Work request: Everything in the data below is left aside except the lines from the one containing "#26=CARTESIAN_POINT('',(0.,14.986,0.));" through the one containing "#35=CARTESIAN_POINT('',(0.,16.256,7.874));"; repeat those exactly.

Data shown:
◇ ◇ ◇ ◇ ◇ ◇ ◇

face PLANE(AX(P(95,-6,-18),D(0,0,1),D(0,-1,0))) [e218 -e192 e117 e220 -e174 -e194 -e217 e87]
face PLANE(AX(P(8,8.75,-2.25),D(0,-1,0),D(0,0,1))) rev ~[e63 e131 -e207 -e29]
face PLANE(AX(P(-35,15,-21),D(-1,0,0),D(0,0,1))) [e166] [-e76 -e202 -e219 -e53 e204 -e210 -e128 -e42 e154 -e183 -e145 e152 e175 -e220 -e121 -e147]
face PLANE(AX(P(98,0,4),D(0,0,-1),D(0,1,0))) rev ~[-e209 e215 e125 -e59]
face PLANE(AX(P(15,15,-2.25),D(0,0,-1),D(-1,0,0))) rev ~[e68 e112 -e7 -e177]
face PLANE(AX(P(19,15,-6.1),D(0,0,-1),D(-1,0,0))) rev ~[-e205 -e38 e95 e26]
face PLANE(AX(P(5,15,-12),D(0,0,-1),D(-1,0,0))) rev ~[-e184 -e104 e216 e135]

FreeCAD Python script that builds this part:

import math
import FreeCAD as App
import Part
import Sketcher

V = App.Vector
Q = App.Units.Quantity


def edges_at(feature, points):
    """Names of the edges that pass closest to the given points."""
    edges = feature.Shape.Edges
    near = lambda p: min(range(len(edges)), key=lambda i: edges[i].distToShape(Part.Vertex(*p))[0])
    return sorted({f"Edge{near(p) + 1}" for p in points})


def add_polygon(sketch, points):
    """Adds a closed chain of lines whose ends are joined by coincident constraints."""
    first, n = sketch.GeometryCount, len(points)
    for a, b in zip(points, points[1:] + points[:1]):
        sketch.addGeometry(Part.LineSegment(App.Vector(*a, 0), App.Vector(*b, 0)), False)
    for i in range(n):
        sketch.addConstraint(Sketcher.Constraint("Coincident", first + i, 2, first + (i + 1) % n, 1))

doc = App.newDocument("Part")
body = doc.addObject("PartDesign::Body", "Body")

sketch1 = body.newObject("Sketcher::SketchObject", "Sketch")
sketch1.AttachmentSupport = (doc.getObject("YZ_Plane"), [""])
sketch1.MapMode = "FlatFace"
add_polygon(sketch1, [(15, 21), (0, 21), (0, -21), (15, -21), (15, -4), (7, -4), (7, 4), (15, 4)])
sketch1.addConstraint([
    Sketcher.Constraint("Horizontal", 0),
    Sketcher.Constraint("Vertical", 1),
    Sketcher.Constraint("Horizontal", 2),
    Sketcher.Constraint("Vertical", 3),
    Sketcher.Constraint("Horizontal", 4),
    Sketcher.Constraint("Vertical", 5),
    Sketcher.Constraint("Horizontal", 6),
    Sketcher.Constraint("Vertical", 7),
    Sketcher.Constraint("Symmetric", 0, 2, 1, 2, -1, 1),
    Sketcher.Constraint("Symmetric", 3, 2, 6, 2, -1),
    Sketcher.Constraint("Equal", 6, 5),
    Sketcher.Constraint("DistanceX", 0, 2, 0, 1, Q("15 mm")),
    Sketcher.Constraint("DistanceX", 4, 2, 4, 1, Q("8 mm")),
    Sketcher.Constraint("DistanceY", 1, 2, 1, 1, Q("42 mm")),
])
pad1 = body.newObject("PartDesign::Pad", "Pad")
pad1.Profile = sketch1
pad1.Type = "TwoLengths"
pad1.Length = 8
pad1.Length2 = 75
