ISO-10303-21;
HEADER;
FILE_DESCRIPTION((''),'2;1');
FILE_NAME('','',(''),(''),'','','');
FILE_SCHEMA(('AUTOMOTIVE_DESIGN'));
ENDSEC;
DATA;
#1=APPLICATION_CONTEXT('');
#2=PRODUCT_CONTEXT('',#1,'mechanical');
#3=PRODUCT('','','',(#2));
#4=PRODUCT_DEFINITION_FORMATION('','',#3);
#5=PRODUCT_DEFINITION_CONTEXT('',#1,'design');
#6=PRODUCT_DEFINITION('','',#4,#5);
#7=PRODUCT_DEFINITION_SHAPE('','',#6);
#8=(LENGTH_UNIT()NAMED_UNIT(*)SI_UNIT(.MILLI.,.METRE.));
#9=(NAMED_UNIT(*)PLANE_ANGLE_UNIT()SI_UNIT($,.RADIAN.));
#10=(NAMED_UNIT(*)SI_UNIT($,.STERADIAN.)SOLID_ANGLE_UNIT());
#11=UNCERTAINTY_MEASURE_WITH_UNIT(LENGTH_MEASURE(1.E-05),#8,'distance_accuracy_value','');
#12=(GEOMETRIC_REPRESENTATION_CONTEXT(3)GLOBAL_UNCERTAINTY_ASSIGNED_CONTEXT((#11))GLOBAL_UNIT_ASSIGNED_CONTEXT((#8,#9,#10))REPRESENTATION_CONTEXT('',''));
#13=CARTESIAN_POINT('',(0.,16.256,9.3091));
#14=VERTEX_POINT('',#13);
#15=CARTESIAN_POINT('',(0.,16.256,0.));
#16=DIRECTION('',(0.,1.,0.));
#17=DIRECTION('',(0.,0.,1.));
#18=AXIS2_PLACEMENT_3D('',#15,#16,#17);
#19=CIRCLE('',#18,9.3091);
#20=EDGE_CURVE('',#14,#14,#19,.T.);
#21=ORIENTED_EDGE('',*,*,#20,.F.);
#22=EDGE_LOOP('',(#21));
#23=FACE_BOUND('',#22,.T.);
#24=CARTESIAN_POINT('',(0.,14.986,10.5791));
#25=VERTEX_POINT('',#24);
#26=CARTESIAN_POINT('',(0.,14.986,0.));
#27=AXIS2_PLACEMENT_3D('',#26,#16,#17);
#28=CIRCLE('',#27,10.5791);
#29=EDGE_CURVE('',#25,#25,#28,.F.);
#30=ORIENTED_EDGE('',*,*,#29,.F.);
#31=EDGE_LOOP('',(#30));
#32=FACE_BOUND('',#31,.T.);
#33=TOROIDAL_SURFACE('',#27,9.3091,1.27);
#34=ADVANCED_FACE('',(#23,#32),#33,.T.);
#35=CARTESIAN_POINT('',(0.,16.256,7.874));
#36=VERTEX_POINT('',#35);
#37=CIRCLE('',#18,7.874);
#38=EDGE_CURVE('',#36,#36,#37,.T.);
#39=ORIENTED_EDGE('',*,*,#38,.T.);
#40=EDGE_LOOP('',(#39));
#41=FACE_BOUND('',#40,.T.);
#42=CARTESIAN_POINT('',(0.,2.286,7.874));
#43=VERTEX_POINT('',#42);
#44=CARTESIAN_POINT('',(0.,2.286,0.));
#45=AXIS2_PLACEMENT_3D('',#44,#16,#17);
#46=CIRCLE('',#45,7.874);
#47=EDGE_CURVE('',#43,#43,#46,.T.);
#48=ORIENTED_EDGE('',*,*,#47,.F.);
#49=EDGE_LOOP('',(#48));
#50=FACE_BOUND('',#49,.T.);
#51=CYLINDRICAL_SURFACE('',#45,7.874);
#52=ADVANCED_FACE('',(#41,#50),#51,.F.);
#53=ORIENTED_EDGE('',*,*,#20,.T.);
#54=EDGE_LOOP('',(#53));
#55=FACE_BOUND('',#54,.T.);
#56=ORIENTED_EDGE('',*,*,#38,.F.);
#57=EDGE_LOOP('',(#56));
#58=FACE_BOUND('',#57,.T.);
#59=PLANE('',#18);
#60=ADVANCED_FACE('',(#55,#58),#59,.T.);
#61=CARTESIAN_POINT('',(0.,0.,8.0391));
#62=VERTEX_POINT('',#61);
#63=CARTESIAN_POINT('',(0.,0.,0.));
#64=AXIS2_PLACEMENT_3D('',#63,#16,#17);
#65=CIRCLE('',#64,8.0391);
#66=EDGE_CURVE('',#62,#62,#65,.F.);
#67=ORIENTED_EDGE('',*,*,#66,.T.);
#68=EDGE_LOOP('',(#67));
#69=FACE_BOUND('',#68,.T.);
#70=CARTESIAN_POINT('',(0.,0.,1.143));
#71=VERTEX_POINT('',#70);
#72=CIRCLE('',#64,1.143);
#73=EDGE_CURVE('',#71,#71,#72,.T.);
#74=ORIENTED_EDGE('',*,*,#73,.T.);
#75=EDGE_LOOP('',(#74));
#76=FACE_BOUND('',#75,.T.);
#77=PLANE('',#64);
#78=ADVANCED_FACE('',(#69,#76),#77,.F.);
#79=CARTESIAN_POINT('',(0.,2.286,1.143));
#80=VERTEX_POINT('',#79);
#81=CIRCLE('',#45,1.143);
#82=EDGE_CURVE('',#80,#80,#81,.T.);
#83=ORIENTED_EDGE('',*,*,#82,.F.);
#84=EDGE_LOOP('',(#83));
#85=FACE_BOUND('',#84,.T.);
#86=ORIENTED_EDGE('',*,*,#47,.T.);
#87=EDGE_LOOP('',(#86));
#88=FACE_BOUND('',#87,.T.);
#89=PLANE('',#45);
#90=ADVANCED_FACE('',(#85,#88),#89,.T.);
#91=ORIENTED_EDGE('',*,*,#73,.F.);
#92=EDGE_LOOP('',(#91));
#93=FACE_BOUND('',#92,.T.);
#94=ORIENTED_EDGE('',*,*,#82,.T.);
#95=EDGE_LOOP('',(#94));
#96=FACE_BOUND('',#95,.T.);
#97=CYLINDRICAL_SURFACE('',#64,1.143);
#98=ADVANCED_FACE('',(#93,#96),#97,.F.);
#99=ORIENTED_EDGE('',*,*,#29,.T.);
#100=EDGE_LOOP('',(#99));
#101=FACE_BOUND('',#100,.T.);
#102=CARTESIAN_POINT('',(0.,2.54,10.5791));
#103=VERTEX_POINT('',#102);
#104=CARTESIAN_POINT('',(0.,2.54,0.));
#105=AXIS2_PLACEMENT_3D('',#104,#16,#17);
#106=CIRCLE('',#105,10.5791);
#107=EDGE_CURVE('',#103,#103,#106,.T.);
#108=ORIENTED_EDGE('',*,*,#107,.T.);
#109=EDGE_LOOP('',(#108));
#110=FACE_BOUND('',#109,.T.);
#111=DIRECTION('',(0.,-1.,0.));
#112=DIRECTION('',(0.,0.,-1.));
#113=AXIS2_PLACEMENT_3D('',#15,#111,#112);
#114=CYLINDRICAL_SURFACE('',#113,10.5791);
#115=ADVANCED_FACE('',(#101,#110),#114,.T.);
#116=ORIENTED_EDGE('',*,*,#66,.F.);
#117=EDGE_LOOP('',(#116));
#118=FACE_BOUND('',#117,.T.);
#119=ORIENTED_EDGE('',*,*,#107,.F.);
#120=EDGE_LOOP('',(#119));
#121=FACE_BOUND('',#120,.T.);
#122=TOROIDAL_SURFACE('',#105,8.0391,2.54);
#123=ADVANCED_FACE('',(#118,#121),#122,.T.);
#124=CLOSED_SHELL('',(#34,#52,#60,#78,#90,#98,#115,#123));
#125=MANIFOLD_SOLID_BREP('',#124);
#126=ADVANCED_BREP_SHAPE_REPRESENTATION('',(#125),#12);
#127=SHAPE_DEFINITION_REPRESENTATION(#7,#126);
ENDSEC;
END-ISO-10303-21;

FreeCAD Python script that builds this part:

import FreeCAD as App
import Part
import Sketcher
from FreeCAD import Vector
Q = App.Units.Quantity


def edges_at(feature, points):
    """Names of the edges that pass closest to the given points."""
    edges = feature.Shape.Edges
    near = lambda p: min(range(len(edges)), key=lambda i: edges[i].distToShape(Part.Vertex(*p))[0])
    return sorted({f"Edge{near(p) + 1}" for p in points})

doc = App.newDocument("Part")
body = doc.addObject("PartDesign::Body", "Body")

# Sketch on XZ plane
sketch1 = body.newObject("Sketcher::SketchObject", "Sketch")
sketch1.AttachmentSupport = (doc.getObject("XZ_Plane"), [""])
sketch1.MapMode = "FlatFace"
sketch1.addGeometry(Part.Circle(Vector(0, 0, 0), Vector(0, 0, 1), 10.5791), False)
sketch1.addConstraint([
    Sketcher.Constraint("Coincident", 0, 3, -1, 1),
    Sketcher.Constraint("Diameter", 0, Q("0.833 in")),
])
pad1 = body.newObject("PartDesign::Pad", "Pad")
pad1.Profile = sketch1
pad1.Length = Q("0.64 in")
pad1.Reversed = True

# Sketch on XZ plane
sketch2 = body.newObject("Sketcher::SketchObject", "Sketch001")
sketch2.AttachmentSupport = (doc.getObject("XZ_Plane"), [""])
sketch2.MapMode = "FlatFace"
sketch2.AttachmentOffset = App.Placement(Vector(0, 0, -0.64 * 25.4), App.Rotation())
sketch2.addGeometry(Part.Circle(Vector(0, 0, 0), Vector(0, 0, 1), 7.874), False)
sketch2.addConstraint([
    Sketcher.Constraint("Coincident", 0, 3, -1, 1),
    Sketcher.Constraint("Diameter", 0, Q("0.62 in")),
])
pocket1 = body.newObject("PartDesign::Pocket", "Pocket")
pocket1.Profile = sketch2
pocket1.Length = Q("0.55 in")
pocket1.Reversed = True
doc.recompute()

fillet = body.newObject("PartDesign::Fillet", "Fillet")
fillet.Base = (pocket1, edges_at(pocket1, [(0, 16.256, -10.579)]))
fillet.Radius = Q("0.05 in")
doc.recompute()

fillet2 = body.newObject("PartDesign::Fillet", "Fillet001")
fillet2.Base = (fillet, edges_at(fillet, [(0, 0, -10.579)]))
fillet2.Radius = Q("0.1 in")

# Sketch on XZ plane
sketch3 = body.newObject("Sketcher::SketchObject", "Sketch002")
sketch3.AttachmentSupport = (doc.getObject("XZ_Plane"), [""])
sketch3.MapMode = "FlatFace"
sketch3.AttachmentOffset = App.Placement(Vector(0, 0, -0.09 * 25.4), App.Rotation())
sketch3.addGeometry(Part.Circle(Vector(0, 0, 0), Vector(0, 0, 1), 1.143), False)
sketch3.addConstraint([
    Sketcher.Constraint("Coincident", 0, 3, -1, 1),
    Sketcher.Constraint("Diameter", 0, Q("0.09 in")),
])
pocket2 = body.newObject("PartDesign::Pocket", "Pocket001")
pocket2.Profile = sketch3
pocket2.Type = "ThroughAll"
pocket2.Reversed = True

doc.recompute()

◇ ◇ ◇ ◇ ◇ ◇ ◇

Written answer:
#26=CARTESIAN_POINT('',(0.,14.986,0.));
#27=AXIS2_PLACEMENT_3D('',#26,#16,#17);
#28=CIRCLE('',#27,10.5791);
#29=EDGE_CURVE('',#25,#25,#28,.F.);
#30=ORIENTED_EDGE('',*,*,#29,.F.);
#31=EDGE_LOOP('',(#30));
#32=FACE_BOUND('',#31,.T.);
#33=TOROIDAL_SURFACE('',#27,9.3091,1.27);
#34=ADVANCED_FACE('',(#23,#32),#33,.T.);
#35=CARTESIAN_POINT('',(0.,16.256,7.874));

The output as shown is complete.